TASK INSTRUCTIONS: Lines outside the range are not wanted. Give again exactly the lines between the line holding "f 75 171 170" and the line holding "f 118 119 70", inclusive, from the listing below.

### MATERIAL FOR THIS EXERCISE

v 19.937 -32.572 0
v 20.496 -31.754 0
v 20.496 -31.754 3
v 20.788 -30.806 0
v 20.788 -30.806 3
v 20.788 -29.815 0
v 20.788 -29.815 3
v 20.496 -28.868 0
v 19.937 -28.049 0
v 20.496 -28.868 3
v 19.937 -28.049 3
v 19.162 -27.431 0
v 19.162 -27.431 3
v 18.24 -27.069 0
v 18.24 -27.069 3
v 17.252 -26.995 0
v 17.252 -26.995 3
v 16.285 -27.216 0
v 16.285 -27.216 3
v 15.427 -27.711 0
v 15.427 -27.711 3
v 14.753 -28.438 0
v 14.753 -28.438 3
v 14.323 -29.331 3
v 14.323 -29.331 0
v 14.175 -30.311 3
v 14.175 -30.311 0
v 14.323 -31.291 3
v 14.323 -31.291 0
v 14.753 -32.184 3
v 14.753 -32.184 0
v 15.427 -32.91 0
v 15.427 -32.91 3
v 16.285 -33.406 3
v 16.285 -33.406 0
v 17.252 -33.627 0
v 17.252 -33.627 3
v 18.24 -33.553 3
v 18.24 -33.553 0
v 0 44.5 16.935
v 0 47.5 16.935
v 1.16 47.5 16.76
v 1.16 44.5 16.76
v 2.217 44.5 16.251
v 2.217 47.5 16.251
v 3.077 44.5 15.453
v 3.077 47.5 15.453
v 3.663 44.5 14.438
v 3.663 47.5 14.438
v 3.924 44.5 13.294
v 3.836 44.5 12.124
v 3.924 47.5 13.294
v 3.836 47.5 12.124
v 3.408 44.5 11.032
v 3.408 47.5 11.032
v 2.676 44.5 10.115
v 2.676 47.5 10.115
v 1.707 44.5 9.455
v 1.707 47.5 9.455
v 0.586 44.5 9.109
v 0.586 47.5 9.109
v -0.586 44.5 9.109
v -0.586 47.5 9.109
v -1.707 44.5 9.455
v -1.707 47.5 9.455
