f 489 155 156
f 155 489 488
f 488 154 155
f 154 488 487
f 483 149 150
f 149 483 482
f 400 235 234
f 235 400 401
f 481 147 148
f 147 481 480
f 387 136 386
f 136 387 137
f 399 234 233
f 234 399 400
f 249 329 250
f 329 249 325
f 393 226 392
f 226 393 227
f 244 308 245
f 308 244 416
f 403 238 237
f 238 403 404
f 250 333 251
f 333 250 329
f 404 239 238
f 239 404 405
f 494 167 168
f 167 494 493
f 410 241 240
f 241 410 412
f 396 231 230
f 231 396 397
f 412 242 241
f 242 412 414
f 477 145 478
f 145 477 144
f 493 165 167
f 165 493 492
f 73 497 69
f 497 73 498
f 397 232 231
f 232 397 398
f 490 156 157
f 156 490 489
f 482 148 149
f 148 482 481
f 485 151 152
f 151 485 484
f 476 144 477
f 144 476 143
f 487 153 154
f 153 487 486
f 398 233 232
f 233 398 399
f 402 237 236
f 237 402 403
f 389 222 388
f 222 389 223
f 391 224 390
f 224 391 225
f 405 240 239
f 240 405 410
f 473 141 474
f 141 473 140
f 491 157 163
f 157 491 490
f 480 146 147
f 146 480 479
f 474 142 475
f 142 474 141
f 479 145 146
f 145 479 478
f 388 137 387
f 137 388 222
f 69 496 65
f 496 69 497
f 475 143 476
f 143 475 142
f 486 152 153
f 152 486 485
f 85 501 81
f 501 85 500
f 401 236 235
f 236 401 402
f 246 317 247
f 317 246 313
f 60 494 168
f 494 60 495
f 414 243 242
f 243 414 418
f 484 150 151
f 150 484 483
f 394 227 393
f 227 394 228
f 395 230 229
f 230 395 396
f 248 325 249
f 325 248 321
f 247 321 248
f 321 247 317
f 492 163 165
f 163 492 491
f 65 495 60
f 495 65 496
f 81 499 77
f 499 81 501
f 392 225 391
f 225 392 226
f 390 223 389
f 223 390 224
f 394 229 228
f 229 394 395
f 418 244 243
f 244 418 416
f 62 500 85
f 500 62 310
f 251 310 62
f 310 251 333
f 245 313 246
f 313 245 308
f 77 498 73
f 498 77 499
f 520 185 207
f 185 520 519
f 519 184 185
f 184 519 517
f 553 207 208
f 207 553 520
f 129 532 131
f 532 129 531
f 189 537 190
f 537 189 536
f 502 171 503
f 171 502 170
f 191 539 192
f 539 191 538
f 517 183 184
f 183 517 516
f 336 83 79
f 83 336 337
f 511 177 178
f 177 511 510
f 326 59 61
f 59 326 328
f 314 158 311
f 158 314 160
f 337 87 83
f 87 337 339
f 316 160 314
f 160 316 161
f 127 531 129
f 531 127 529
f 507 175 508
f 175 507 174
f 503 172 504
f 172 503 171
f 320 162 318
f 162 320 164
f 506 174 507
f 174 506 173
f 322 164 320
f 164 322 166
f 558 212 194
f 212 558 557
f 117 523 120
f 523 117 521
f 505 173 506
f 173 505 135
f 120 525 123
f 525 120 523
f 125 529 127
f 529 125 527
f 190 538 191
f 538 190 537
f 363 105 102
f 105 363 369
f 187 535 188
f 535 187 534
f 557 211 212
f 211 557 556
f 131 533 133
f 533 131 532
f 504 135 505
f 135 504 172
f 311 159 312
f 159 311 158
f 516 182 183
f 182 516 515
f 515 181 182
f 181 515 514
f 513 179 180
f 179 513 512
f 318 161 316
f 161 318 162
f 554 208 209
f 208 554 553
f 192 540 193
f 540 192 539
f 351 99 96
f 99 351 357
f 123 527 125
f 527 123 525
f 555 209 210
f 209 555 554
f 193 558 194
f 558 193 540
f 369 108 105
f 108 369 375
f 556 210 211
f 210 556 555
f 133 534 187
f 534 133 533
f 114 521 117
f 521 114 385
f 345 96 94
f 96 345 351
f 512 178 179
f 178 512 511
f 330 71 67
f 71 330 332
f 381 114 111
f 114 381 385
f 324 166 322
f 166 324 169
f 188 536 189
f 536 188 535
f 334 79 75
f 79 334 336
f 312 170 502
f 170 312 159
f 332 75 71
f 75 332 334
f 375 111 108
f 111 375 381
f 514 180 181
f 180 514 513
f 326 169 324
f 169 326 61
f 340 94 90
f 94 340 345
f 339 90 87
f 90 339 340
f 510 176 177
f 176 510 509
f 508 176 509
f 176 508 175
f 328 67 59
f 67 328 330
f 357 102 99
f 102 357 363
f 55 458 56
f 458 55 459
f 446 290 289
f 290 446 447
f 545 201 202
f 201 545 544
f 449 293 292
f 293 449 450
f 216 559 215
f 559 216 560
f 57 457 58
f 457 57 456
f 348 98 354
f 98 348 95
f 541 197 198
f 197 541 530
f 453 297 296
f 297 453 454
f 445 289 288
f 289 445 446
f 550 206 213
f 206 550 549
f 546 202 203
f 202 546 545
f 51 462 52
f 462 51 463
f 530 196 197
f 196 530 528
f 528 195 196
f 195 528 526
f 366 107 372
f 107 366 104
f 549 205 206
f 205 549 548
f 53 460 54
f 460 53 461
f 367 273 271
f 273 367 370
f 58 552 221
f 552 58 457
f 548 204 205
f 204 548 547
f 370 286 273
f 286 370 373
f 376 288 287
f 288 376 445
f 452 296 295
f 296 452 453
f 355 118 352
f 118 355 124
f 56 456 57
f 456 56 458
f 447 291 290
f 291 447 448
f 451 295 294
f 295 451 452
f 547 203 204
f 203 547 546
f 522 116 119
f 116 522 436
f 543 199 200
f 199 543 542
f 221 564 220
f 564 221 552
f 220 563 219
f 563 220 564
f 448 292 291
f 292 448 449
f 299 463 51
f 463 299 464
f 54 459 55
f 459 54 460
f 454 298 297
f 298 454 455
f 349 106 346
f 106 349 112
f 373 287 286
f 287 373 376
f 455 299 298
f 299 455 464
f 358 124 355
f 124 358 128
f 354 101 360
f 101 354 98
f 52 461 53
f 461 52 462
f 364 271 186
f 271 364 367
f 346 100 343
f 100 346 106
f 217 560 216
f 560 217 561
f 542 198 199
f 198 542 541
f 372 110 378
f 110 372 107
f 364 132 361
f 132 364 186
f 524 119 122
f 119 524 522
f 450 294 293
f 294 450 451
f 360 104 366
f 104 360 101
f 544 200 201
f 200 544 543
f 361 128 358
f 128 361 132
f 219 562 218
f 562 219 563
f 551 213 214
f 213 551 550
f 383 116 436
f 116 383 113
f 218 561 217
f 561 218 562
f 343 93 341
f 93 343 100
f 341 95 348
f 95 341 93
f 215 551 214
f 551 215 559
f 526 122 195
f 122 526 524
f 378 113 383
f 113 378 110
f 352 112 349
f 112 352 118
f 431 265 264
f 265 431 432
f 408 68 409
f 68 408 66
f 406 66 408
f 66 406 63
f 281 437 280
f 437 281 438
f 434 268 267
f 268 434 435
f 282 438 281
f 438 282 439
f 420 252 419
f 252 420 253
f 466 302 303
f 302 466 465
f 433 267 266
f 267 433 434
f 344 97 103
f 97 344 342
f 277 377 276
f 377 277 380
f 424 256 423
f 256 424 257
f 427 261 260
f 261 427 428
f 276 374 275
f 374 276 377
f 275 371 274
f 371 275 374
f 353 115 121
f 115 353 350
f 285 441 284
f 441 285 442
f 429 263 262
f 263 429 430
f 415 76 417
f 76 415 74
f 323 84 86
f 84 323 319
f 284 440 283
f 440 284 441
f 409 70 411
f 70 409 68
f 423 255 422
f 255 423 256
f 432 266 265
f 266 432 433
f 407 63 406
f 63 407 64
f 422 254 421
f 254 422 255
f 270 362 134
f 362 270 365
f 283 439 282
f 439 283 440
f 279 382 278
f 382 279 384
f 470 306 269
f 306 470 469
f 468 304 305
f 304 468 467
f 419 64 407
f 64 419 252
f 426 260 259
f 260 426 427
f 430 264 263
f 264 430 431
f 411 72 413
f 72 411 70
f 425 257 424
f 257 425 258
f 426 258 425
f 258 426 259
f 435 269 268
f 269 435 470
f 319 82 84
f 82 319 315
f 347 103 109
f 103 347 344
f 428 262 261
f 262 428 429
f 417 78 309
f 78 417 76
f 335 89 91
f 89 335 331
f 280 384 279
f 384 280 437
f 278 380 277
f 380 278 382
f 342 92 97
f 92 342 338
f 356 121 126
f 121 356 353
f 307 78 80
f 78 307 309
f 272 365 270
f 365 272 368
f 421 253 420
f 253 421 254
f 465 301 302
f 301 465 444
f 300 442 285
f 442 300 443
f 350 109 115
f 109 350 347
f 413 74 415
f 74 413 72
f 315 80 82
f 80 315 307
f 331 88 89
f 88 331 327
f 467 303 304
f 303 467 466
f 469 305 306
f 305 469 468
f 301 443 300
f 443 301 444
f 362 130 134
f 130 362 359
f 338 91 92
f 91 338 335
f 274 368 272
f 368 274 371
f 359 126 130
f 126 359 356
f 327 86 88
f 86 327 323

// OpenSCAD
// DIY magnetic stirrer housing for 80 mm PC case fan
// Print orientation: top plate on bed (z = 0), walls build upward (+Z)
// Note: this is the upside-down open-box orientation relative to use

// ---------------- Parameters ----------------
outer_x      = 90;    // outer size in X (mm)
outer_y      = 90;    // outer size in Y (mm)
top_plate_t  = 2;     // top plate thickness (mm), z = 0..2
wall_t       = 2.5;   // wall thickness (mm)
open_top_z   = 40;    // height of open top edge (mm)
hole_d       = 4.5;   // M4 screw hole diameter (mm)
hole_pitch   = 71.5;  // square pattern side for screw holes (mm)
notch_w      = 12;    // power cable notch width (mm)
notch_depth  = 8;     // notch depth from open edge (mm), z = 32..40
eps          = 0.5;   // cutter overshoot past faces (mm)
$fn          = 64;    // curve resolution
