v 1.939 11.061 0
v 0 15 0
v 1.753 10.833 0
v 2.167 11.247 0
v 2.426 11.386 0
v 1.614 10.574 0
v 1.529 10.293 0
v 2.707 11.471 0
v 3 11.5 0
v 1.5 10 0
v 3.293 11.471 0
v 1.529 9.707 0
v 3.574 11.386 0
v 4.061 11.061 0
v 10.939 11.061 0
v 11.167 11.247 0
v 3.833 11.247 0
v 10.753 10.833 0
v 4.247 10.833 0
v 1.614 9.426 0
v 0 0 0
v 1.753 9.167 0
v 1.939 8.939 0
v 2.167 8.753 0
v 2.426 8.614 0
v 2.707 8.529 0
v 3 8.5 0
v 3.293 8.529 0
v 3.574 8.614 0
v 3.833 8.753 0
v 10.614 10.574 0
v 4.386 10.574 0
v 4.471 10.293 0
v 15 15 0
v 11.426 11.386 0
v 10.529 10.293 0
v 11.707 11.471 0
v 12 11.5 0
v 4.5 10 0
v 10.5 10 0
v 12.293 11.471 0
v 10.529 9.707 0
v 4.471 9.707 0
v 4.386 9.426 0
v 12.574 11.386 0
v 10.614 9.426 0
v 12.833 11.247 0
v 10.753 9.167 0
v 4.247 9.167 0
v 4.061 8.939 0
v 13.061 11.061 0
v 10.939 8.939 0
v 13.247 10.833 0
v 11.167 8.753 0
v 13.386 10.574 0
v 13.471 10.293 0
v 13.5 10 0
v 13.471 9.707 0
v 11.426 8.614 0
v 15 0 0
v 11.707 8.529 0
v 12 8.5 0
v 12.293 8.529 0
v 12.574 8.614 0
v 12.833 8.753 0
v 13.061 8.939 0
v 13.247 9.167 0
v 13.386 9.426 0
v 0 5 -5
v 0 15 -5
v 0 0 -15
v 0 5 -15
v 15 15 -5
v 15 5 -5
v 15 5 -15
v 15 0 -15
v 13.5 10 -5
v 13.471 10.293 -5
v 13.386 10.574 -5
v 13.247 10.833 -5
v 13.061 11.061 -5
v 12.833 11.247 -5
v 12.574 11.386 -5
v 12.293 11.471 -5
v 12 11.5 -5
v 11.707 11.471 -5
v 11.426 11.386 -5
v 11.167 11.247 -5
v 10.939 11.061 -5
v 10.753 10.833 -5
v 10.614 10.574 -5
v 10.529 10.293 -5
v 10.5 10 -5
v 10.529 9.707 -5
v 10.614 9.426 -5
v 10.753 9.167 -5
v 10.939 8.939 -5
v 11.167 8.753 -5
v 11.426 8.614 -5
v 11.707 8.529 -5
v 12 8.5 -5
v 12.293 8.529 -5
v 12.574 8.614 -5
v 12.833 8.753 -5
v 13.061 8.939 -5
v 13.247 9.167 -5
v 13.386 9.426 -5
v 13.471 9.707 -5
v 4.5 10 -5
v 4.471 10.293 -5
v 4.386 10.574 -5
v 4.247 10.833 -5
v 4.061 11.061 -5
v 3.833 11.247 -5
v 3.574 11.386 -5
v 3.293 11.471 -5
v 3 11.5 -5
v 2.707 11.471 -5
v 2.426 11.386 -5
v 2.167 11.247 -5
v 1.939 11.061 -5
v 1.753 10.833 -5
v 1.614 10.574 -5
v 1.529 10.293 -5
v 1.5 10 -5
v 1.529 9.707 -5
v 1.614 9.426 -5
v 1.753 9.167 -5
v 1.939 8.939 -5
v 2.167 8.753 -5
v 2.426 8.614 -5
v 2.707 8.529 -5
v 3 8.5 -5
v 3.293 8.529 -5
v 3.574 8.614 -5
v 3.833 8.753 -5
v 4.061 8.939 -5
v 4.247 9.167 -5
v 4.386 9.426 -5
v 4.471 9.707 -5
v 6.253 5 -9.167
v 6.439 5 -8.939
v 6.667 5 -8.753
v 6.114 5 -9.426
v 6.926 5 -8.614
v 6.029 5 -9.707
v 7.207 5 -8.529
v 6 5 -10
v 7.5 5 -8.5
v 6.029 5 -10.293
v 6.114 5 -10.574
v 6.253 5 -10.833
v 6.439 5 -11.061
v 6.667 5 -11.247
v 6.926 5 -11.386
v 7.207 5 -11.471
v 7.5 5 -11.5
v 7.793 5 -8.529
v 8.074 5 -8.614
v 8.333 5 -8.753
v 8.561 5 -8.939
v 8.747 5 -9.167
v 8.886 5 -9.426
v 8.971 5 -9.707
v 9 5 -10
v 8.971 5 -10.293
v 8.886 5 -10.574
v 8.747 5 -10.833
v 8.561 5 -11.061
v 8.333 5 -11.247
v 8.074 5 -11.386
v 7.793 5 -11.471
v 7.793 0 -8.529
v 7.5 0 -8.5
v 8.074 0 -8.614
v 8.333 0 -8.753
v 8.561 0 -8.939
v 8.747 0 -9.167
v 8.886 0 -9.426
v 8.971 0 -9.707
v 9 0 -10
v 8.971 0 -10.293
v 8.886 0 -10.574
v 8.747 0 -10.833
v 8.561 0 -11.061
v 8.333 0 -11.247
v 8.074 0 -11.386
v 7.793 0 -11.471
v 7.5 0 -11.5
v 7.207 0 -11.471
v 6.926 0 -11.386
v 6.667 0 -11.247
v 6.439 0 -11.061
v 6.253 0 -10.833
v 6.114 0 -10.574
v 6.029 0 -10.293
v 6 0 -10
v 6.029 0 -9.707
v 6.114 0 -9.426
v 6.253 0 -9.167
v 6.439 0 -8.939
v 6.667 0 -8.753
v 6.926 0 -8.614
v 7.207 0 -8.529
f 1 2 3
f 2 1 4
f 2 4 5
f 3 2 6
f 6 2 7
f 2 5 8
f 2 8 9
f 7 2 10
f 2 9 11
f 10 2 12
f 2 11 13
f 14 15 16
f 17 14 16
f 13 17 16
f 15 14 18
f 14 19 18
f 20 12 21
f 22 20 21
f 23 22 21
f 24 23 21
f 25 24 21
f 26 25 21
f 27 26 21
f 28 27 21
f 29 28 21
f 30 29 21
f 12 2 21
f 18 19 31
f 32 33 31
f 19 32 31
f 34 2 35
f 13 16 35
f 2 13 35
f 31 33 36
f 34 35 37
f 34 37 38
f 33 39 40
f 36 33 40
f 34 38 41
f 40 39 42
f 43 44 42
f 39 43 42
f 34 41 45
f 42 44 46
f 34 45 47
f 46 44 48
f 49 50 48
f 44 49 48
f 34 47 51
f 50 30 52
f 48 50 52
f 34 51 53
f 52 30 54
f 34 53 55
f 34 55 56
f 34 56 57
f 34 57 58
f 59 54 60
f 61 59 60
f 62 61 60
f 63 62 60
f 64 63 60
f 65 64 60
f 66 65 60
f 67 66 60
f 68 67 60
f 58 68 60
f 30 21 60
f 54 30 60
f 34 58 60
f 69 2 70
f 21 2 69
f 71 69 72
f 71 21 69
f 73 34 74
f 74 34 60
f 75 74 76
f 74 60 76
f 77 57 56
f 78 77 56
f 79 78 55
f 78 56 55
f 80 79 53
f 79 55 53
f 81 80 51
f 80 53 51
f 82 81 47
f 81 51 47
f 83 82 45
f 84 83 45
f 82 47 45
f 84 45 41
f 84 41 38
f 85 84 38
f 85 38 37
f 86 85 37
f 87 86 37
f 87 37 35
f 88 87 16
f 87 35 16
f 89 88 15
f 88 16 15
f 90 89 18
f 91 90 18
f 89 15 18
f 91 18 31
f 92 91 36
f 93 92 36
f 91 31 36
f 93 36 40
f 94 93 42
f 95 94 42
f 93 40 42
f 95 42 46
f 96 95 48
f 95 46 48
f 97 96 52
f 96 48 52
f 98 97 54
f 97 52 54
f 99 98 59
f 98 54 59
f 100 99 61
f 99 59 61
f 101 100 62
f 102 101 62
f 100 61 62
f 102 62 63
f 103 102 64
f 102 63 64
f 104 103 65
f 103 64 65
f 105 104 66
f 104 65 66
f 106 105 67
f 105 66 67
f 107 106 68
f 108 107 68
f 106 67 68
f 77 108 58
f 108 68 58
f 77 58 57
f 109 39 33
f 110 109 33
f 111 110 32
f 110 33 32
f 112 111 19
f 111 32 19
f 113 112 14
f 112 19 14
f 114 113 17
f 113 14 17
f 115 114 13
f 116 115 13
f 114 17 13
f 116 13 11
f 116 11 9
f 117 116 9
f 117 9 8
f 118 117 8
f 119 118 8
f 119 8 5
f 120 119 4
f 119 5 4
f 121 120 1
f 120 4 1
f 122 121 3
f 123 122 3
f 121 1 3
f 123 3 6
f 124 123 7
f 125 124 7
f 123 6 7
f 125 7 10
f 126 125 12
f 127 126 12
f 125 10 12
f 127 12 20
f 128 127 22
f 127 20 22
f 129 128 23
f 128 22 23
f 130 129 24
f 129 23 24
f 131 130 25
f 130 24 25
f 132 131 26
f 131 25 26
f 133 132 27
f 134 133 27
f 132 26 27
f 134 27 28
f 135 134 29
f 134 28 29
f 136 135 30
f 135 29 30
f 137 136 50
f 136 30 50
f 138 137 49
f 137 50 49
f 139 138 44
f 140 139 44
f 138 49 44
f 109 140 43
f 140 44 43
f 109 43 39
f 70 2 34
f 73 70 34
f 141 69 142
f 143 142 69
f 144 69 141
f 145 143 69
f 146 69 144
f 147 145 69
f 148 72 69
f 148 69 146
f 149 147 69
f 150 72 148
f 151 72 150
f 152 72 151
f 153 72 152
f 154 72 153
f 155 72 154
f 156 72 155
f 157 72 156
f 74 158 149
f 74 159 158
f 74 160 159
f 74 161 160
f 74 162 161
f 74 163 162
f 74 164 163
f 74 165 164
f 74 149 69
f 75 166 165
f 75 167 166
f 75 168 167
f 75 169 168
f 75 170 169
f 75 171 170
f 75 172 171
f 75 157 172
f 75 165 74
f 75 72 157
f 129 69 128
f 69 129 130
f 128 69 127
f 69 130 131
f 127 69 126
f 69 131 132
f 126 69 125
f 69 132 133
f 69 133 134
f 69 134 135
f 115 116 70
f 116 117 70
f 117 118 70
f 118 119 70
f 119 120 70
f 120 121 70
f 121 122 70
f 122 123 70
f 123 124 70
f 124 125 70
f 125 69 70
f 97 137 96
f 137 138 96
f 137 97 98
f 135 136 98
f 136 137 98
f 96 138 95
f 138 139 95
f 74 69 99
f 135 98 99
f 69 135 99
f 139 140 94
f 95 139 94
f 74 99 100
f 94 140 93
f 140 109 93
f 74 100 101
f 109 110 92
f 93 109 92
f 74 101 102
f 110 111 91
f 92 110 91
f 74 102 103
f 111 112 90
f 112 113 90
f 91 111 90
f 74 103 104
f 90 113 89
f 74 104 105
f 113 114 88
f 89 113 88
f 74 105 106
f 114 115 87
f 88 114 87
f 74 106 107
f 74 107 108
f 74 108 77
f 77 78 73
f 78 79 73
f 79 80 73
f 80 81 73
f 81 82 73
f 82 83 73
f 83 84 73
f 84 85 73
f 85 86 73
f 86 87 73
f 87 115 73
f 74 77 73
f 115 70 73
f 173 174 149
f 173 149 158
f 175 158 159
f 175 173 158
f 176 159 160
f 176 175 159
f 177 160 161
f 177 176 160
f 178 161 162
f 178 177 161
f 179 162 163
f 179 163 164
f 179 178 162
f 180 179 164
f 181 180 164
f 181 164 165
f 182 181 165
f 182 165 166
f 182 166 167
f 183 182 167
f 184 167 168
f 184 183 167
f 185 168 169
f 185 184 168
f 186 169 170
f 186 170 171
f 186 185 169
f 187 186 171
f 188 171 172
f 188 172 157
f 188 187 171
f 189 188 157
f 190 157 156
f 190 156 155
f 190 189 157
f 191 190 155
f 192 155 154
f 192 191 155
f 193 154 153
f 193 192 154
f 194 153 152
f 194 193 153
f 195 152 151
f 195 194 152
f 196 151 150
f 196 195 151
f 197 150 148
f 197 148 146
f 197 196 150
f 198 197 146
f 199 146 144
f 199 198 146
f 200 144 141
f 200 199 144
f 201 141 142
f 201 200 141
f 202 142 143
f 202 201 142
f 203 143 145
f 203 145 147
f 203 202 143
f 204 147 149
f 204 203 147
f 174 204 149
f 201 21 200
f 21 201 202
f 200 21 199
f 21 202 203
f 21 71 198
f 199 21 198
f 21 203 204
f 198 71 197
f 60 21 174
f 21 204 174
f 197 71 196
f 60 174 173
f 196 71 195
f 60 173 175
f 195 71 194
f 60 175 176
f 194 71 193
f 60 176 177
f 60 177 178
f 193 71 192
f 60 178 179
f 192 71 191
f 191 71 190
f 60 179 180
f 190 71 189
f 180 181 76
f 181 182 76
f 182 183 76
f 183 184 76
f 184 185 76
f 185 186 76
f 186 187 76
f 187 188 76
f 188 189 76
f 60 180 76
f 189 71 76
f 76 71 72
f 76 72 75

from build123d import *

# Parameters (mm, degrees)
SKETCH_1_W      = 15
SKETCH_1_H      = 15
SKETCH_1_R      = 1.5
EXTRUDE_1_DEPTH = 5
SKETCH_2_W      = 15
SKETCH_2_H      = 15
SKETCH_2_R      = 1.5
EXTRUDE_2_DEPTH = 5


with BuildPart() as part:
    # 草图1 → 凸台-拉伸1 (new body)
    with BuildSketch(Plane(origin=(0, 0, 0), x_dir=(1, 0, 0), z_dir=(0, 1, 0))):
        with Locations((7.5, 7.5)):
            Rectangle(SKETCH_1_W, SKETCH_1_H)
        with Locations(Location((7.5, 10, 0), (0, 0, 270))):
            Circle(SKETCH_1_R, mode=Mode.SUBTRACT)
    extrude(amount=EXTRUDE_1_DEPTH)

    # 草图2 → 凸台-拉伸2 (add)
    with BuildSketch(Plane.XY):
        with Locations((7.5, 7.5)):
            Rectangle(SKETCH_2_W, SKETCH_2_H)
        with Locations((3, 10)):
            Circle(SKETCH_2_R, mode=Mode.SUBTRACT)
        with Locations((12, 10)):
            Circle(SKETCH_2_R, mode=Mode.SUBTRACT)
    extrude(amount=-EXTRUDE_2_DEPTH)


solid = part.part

######

FINAL ANSWER:
f 75 171 170
f 75 172 171
f 75 157 172
f 75 165 74
f 75 72 157
f 129 69 128
f 69 129 130
f 128 69 127
f 69 130 131
f 127 69 126
f 69 131 132
f 126 69 125
f 69 132 133
f 69 133 134
f 69 134 135
f 115 116 70
f 116 117 70
f 117 118 70
f 118 119 70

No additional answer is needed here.